Tuesday, June 21, 2011

King's "UFO vision" at the tragic end of the 1861 Burke and Wills expedition

150 years ago the epic Burke and Wills expedition was ending in tragedy. Within days both Burke and Wills would be dead, victims of an expedition gone wrong and paying the ultimate price in the harsh conditions of the Australian outback at Coopers Creek.

However even while death was only days away,William John Wills recorded in his journal for Tuesday June 23:
"Near daybreak King reported seeing a moon in the east with a haze of light stretching up from it to be quite as large as the moon and not dim at the edges. I am so weak that any attempt to get a sight of it was out of the question; but I think it must have been Venus in the Zodiacal light that he saw, with a corona around her."

Maybe Wills was right. After all he was the surveyor and astronomical observer for the ill-fated expedition. Between 1858 and 1860 he had worked as an assistant at Melbourne's Flagstaff observatory.

In his 1976 Boyer lecture historian Manning Clark stated:
"The story of Burke and Wills could be told to illustrate many things about life. Like all great stories it had everything.... To feel the full force of that tragedy one has to stand on the banks of Cooper’s Creek at the spot where Wills died. Right to the very end Wills had believed, like Mr Micawber, that something might turn up.... The most difficult thing of all for a historian is to learn how to tell his story so that something is added to the facts, something about the mystery at the heart of things."
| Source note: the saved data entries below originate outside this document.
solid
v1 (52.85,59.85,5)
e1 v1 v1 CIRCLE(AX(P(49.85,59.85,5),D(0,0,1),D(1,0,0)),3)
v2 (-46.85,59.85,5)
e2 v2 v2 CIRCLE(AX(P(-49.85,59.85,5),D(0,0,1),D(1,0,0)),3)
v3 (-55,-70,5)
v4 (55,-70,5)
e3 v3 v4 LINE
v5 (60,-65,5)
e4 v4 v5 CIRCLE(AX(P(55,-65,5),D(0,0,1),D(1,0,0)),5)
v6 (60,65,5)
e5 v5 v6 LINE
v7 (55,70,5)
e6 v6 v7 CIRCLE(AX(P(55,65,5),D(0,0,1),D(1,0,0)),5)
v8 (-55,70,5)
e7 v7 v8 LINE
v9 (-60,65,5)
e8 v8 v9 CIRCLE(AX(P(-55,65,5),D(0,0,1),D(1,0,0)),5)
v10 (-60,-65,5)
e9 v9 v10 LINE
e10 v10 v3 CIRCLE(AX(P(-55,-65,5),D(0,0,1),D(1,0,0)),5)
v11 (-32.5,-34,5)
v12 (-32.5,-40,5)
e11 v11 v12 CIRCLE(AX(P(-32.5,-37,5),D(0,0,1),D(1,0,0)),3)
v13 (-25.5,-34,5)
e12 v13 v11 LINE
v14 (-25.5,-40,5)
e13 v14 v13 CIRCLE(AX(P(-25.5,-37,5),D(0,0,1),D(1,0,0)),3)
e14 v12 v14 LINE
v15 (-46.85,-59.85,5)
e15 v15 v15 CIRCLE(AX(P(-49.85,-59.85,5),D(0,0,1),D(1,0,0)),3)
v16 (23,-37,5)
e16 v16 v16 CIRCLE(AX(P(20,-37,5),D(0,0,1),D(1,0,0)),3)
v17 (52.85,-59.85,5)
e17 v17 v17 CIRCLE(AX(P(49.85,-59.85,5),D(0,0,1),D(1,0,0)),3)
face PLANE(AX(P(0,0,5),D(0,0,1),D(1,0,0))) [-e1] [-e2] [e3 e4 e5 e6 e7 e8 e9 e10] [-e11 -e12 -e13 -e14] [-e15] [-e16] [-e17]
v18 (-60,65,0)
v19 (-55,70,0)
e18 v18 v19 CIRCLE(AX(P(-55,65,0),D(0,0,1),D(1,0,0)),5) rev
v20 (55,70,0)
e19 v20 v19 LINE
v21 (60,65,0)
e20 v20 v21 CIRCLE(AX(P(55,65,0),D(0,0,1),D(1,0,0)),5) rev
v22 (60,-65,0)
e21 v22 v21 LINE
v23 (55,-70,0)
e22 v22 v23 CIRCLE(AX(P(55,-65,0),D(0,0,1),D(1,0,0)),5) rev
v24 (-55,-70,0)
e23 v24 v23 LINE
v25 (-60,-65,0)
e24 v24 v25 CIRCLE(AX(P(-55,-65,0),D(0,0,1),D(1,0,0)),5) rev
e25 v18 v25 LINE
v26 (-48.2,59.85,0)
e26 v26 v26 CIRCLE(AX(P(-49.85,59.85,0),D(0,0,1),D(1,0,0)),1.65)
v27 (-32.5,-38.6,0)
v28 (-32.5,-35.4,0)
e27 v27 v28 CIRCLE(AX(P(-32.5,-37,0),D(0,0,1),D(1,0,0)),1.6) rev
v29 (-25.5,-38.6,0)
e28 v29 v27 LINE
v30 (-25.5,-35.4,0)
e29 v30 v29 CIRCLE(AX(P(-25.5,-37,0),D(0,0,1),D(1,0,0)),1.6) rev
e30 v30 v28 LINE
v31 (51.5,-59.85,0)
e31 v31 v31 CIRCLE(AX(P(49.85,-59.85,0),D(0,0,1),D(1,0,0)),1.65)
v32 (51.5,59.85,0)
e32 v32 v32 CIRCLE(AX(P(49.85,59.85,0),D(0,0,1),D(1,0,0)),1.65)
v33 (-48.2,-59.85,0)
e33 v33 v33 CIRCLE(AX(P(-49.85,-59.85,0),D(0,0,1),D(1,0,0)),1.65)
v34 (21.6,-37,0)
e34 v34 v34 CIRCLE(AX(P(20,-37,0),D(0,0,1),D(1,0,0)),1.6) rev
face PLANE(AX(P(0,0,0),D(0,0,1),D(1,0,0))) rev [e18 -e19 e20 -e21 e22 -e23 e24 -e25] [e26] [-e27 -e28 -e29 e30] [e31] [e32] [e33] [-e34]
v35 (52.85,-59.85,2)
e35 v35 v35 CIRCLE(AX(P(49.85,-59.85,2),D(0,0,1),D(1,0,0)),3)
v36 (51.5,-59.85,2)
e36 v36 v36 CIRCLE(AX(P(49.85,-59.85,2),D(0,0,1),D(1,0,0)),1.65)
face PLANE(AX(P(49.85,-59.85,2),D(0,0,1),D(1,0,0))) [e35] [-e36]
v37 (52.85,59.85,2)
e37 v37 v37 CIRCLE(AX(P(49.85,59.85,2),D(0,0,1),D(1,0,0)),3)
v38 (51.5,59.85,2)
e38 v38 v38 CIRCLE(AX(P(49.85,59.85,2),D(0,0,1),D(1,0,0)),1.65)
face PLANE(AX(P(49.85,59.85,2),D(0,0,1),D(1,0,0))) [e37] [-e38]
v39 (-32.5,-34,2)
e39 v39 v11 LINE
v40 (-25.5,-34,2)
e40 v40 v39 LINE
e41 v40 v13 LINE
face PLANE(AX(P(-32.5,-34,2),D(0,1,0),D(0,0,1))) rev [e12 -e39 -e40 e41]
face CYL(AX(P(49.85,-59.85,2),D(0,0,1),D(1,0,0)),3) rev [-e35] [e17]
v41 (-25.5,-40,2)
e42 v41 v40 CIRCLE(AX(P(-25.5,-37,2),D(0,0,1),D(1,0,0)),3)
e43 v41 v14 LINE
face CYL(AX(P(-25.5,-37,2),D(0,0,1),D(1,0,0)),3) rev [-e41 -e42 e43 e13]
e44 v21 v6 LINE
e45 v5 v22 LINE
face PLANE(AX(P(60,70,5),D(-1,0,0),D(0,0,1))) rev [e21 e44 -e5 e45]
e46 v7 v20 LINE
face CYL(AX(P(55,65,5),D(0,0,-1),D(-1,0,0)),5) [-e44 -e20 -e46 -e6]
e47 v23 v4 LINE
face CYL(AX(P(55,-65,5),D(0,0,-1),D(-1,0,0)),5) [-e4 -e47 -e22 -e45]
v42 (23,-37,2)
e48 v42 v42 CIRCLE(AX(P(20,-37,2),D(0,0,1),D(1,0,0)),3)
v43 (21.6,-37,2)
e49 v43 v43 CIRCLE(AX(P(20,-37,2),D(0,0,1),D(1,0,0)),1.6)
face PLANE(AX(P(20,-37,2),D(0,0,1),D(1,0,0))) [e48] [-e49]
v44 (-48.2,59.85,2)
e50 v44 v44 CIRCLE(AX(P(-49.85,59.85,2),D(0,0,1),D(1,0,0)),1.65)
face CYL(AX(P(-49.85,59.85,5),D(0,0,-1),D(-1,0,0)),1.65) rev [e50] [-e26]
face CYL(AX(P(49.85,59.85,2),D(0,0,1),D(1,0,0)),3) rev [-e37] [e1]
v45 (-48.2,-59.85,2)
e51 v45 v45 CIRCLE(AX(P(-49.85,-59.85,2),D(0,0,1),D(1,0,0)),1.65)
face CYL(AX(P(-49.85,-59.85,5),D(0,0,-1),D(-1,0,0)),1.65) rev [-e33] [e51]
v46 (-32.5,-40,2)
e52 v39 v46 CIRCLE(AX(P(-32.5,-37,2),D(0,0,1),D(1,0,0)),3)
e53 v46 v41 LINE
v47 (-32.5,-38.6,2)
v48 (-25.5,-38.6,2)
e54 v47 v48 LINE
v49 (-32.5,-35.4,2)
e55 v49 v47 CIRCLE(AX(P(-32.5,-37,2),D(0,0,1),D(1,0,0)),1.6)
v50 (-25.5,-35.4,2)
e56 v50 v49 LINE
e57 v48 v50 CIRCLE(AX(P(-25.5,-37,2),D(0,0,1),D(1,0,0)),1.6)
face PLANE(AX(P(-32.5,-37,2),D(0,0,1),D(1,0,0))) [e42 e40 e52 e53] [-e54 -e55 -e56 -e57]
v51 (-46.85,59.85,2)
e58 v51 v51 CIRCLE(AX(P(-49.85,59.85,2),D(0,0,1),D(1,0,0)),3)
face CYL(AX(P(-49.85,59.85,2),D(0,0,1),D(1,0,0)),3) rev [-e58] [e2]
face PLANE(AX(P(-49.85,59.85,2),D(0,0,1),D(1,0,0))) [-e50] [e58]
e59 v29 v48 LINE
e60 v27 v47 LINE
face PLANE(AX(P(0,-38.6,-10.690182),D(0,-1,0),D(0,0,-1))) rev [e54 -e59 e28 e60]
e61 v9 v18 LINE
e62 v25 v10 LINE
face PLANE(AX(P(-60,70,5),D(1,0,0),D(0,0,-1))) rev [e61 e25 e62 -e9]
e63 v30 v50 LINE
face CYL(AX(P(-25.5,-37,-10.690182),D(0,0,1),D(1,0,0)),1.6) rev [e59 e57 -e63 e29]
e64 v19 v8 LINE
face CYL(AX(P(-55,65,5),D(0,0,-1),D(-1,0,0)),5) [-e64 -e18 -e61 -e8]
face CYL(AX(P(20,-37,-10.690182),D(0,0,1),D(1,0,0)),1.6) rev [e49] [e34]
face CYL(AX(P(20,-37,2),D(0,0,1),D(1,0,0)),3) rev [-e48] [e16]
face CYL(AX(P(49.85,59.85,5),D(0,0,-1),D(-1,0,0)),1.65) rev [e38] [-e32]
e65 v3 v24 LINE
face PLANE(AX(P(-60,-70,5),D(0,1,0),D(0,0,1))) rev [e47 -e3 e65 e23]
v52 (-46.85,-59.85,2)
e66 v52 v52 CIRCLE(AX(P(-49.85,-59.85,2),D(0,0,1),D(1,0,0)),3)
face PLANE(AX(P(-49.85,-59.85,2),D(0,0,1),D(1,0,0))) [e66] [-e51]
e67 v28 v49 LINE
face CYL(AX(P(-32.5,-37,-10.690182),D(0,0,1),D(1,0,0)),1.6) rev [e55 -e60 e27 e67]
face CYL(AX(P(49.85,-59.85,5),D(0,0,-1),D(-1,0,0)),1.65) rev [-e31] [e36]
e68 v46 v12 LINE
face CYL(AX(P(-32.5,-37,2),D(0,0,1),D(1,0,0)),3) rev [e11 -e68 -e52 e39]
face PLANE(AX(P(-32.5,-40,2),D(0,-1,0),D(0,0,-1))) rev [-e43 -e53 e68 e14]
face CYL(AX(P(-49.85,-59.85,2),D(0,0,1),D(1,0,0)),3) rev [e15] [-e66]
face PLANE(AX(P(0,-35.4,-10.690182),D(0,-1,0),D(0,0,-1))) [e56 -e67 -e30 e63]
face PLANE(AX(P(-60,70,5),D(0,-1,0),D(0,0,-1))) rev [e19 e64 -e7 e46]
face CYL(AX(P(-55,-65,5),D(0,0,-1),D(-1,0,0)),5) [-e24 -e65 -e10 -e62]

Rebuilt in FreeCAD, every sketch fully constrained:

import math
import FreeCAD as App
import Part
import Sketcher
Q = App.Units.Quantity


def edges_at(feature, points):
    """Names of the edges that pass closest to the given points."""
    edges = feature.Shape.Edges
    near = lambda p: min(range(len(edges)), key=lambda i: edges[i].distToShape(Part.Vertex(*p))[0])
    return sorted({f"Edge{near(p) + 1}" for p in points})


def add_polygon(sketch, points):
    """Adds a closed chain of lines whose ends are joined by coincident constraints."""
    first, n = sketch.GeometryCount, len(points)
    for a, b in zip(points, points[1:] + points[:1]):
        sketch.addGeometry(Part.LineSegment(App.Vector(*a, 0), App.Vector(*b, 0)), False)
    for i in range(n):
        sketch.addConstraint(Sketcher.Constraint("Coincident", first + i, 2, first + (i + 1) % n, 1))

doc = App.newDocument("Part")
body = doc.addObject("PartDesign::Body", "Body")

sketch1 = body.newObject("Sketcher::SketchObject", "Sketch")
sketch1.AttachmentSupport = (doc.getObject("XY_Plane"), [""])
sketch1.MapMode = "FlatFace"
add_polygon(sketch1, [(-60, 70), (-60, -70), (60, -70), (60, 70)])
sketch1.addGeometry(Part.Circle(App.Vector(-49.9, -59.9, 0), App.Vector(0, 0, 1), 1.6), False)
sketch1.addGeometry(Part.Circle(App.Vector(49.9, -59.9, 0), App.Vector(0, 0, 1), 1.6), False)
sketch1.addGeometry(Part.Circle(App.Vector(-49.9, 59.9, 0), App.Vector(0, 0, 1), 1.6), False)
sketch1.addGeometry(Part.Circle(App.Vector(49.9, 59.9, 0), App.Vector(0, 0, 1), 1.6), False)
sketch1.addConstraint([
    Sketcher.Constraint("Vertical", 0),
    Sketcher.Constraint("Horizontal", 1),
    Sketcher.Constraint("Vertical", 2),
    Sketcher.Constraint("Horizontal", 3),
    Sketcher.Constraint("Equal", 4, 5),
    Sketcher.Constraint("Equal", 5, 6),
    Sketcher.Constraint("Equal", 6, 7),
    Sketcher.Constraint("Symmetric", 5, 3, 6, 3, -1, 1),
    Sketcher.Constraint("Symmetric", 4, 3, 7, 3, -1, 1),
    Sketcher.Constraint("Symmetric", 0, 2, 2, 2, -1, 1),
    Sketcher.Constraint("Symmetric", 4, 3, 5, 3, -2),
    Sketcher.Constraint("Diameter", 4, Q("3.3 mm")),
    Sketcher.Constraint("DistanceX", 1, 1, 1, 2, Q("120 mm")),
    Sketcher.Constraint("DistanceY", 0, 2, 0, 1, Q("140 mm")),
    Sketcher.Constraint("DistanceX", 4, 3, 5, 3, Q("99.7 mm")),
    Sketcher.Constraint("DistanceY", 4, 3, 6, 3, Q("119.7 mm")),
])
pad1 = body.newObject("PartDesign::Pad", "Pad")
pad1.Profile = sketch1
pad1.Length = 5
doc.recompute()

fillet = body.newObject("PartDesign::Fillet", "Fillet")
fillet.Base = (pad1, edges_at(pad1, [
    (60, -70, 2.5),
    (-60, -70, 2.5),
    (-60, 70, 2.5),
    (60, 70, 2.5),
]))
fillet.Radius = 5

sketch2 = body.newObject("Sketcher::SketchObject", "Sketch001")
sketch2.AttachmentSupport = (doc.getObject("XY_Plane"), [""])
sketch2.MapMode = "FlatFace"
sketch2.AttachmentOffset = App.Placement(App.Vector(0, 0, 5), App.Rotation())
sketch2.addGeometry([
    Part.Circle(App.Vector(20, -37, 0), App.Vector(0, 0, 1), 1.6),
    Part.LineSegment(App.Vector(-25.5, -35.4, 0), App.Vector(-32.5, -35.4, 0)),
    Part.ArcOfCircle(Part.Circle(App.Vector(-32.5, -37, 0), App.Vector(0, 0, 1), 1.6), math.radians(90), math.radians(270)),
    Part.LineSegment(App.Vector(-32.5, -38.6, 0), App.Vector(-25.5, -38.6, 0)),
    Part.ArcOfCircle(Part.Circle(App.Vector(-25.5, -37, 0), App.Vector(0, 0, 1), 1.6), math.radians(-90), math.radians(90)),
], False)
sketch2.addConstraint([
    Sketcher.Constraint("Tangent", 1, 2, 2, 1),
    Sketcher.Constraint("Tangent", 2, 2, 3, 1),
    Sketcher.Constraint("Tangent", 3, 2, 4, 1),
    Sketcher.Constraint("Tangent", 4, 2, 1, 1),
    Sketcher.Constraint("Horizontal", 1),
    Sketcher.Constraint("Horizontal", 3),
    Sketcher.Constraint("Equal", 0, 2),
    Sketcher.Constraint("Horizontal", 0, 3, 2, 3),
    Sketcher.Constraint("Diameter", 0, Q("3.2 mm")),
    Sketcher.Constraint("DistanceX", 1, 2, 1, 1, Q("7 mm")),
    Sketcher.Constraint("DistanceX", -1, 1, 0, 3, Q("20 mm")),
    Sketcher.Constraint("DistanceY", 0, 3, -1, 1, Q("37 mm")),
    Sketcher.Constraint("DistanceX", 2, 3, -1, 1, Q("32.5 mm")),
])
pocket1 = body.newObject("PartDesign::Pocket", "Pocket")
pocket1.Profile = sketch2
pocket1.Length = 5

sketch3 = body.newObject("Sketcher::SketchObject", "Sketch002")
sketch3.AttachmentSupport = (doc.getObject("XY_Plane"), [""])
sketch3.MapMode = "FlatFace"
sketch3.AttachmentOffset = App.Placement(App.Vector(0, 0, 5), App.Rotation())
sketch3.addGeometry([
    Part.Circle(App.Vector(-49.9, 59.9, 0), App.Vector(0, 0, 1), 3),
    Part.Circle(App.Vector(49.9, 59.9, 0), App.Vector(0, 0, 1), 3),
    Part.Circle(App.Vector(49.9, -59.9, 0), App.Vector(0, 0, 1), 3),
    Part.Circle(App.Vector(-49.9, -59.9, 0), App.Vector(0, 0, 1), 3),
    Part.Circle(App.Vector(20, -37, 0), App.Vector(0, 0, 1), 3),
    Part.Circle(App.Vector(20, -37, 0), App.Vector(0, 0, 1), 1.6),
    Part.LineSegment(App.Vector(-25.5, -34, 0), App.Vector(-32.5, -34, 0)),
    Part.ArcOfCircle(Part.Circle(App.Vector(-32.5, -37, 0), App.Vector(0, 0, 1), 3), math.radians(90), math.radians(270)),
    Part.LineSegment(App.Vector(-32.5, -40, 0), App.Vector(-25.5, -40, 0)),
    Part.ArcOfCircle(Part.Circle(App.Vector(-25.5, -37, 0), App.Vector(0, 0, 1), 3), math.radians(-90), math.radians(90)),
Well, something may indeed have turned up. Astronomy software reconstructing the early morning sky for the period in question suggests that Venus was below the sunrise horizon, and the moon was in the west. So if these tentative reconstructions are correct we have a mystery on our hands. I suspect it was something prosaic that the lone expedition survivor - John King - saw that morning, 150 years ago. Perhaps given the dire and tragic circumstances closing in on the 3 men, that precision in observations may have understandably started to lapse.

What did John King see - Venus, the moon, a UFO?
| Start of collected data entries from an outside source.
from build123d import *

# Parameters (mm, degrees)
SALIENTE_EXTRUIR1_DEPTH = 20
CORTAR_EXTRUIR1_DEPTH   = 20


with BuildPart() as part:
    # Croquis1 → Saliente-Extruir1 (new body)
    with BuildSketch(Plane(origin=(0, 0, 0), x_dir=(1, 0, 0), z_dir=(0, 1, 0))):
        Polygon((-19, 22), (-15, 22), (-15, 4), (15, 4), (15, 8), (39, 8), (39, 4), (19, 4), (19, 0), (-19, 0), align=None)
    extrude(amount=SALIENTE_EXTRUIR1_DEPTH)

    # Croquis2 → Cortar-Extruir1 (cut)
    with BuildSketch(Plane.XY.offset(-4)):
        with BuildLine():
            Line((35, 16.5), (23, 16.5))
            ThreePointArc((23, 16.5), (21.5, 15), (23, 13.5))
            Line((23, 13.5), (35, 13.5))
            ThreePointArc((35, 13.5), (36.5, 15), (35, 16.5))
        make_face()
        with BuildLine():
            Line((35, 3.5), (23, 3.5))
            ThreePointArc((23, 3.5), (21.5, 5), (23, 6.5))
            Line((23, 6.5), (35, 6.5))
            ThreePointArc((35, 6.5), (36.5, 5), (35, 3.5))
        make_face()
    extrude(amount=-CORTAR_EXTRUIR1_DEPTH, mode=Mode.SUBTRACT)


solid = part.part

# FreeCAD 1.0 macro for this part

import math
import FreeCAD as App
import Part
import Sketcher
Q = App.Units.Quantity

doc = App.newDocument("Part")
body = doc.addObject("PartDesign::Body", "Body")

# Sketch on XZ plane
sketch1 = body.newObject("Sketcher::SketchObject", "Sketch")
sketch1.AttachmentSupport = (doc.getObject("XZ_Plane"), [""])
sketch1.MapMode = "FlatFace"
sketch1.addGeometry([
    Part.LineSegment(App.Vector(-15, -22, 0), App.Vector(-19, -22, 0)),  # 0
    Part.LineSegment(App.Vector(-19, -22, 0), App.Vector(-19, 0, 0)),  # 1
    Part.LineSegment(App.Vector(-19, 0, 0), App.Vector(19, 0, 0)),  # 2
    Part.LineSegment(App.Vector(19, 0, 0), App.Vector(19, -4, 0)),  # 3
    Part.LineSegment(App.Vector(19, -4, 0), App.Vector(39, -4, 0)),  # 4
    Part.LineSegment(App.Vector(39, -4, 0), App.Vector(39, -8, 0)),  # 5
    Part.LineSegment(App.Vector(39, -8, 0), App.Vector(15, -8, 0)),  # 6
    Part.LineSegment(App.Vector(15, -8, 0), App.Vector(15, -4, 0)),  # 7
    Part.LineSegment(App.Vector(15, -4, 0), App.Vector(-15, -4, 0)),  # 8
    Part.LineSegment(App.Vector(-15, -4, 0), App.Vector(-15, -22, 0)),  # 9
], False)
sketch1.addConstraint([
    Sketcher.Constraint("Coincident", 0, 2, 1, 1),
    Sketcher.Constraint("Coincident", 1, 2, 2, 1),
    Sketcher.Constraint("Coincident", 2, 2, 3, 1),
    Sketcher.Constraint("Coincident", 3, 2, 4, 1),
    Sketcher.Constraint("Coincident", 4, 2, 5, 1),
    Sketcher.Constraint("Coincident", 5, 2, 6, 1),
    Sketcher.Constraint("Coincident", 6, 2, 7, 1),
    Sketcher.Constraint("Coincident", 7, 2, 8, 1),
    Sketcher.Constraint("Coincident", 8, 2, 9, 1),
    Sketcher.Constraint("Coincident", 9, 2, 0, 1),
    Sketcher.Constraint("Horizontal", 0),
    Sketcher.Constraint("Vertical", 1),
    Sketcher.Constraint("Horizontal", 2),
    Sketcher.Constraint("Vertical", 3),
    Sketcher.Constraint("Horizontal", 4),
    Sketcher.Constraint("Vertical", 5),
    Sketcher.Constraint("Horizontal", 6),
    Sketcher.Constraint("Vertical", 7),
    Sketcher.Constraint("Horizontal", 8),
    Sketcher.Constraint("Vertical", 9),
    Sketcher.Constraint("Symmetric", 1, 2, 2, 2, -1, 1),
    Sketcher.Constraint("Horizontal", 4, 2, 7, 2),
    Sketcher.Constraint("Equal", 0, 3),
    Sketcher.Constraint("Equal", 3, 5),
    Sketcher.Constraint("DistanceX", 0, 2, 0, 1, Q("4 mm")),
    Sketcher.Constraint("DistanceX", 2, 1, 2, 2, Q("38 mm")),
    Sketcher.Constraint("DistanceX", 4, 1, 4, 2, Q("20 mm")),
    Sketcher.Constraint("DistanceX", 6, 2, 6, 1, Q("24 mm")),
    Sketcher.Constraint("DistanceY", 1, 1, 1, 2, Q("22 mm")),
])
pad1 = body.newObject("PartDesign::Pad", "Pad")
pad1.Profile = sketch1
pad1.Length = 20
pad1.Reversed = True

# Sketch on XY plane
sketch2 = body.newObject("Sketcher::SketchObject", "Sketch001")
sketch2.AttachmentSupport = (doc.getObject("XY_Plane"), [""])
sketch2.MapMode = "FlatFace"
sketch2.AttachmentOffset = App.Placement(App.Vector(0, 0, -4), App.Rotation())
sketch2.addGeometry([
    Part.LineSegment(App.Vector(35, 16.5, 0), App.Vector(23, 16.5, 0)),  # 0
    Part.ArcOfCircle(Part.Circle(App.Vector(23, 15, 0), App.Vector(0, 0, 1), 1.5), math.radians(90), math.radians(270)),  # 1
    Part.LineSegment(App.Vector(23, 13.5, 0), App.Vector(35, 13.5, 0)),  # 2
    Part.ArcOfCircle(Part.Circle(App.Vector(35, 15, 0), App.Vector(0, 0, 1), 1.5), math.radians(-90), math.radians(90)),  # 3
    Part.LineSegment(App.Vector(23, 3.5, 0), App.Vector(35, 3.5, 0)),  # 4
    Part.ArcOfCircle(Part.Circle(App.Vector(35, 5, 0), App.Vector(0, 0, 1), 1.5), math.radians(-90), math.radians(90)),  # 5
    Part.LineSegment(App.Vector(35, 6.5, 0), App.Vector(23, 6.5, 0)),  # 6
    Part.ArcOfCircle(Part.Circle(App.Vector(23, 5, 0), App.Vector(0, 0, 1), 1.5), math.radians(90), math.radians(270)),  # 7
], False)
sketch2.addConstraint([
    Sketcher.Constraint("Tangent", 0, 2, 1, 1),
    Sketcher.Constraint("Tangent", 1, 2, 2, 1),
    Sketcher.Constraint("Tangent", 2, 2, 3, 1),
    Sketcher.Constraint("Tangent", 3, 2, 0, 1),
    Sketcher.Constraint("Tangent", 4, 2, 5, 1),
    Sketcher.Constraint("Tangent", 5, 2, 6, 1),
    Sketcher.Constraint("Tangent", 6, 2, 7, 1),
    Sketcher.Constraint("Tangent", 7, 2, 4, 1),
    Sketcher.Constraint("Horizontal", 0),
    Sketcher.Constraint("Horizontal", 2),
    Sketcher.Constraint("Horizontal", 4),
    Sketcher.Constraint("Horizontal", 6),
    Sketcher.Constraint("Equal", 3, 5),
    Sketcher.Constraint("Vertical", 3, 3, 5, 3),
    Sketcher.Constraint("Vertical", 1, 3, 7, 3),
    Sketcher.Constraint("Radius", 1, Q("1.5 mm")),
    Sketcher.Constraint("DistanceX", 0, 2, 0, 1, Q("12 mm")),
    Sketcher.Constraint("DistanceX", -1, 1, 1, 3, Q("23 mm")),
    Sketcher.Constraint("DistanceY", -1, 1, 1, 3, Q("15 mm")),
    Sketcher.Constraint("DistanceY", -1, 1, 5, 3, Q("5 mm")),
])
pocket1 = body.newObject("PartDesign::Pocket", "Pocket")
pocket1.Profile = sketch2
pocket1.Length = 20

doc.recompute()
Wills original journal which carries King's "vision" is held in the National Library of Australia. The account is excerpted here. A mosaic of film and books (fact & fiction) is also included.


Blogger Jum said...

"What did John King see - Venus, the moon, a UFO?"

Or did he have a hallucination? The diary entry was a mere 5 days before Burke and Willis died, so King certainly could have been in extremis, although he ultimately survived.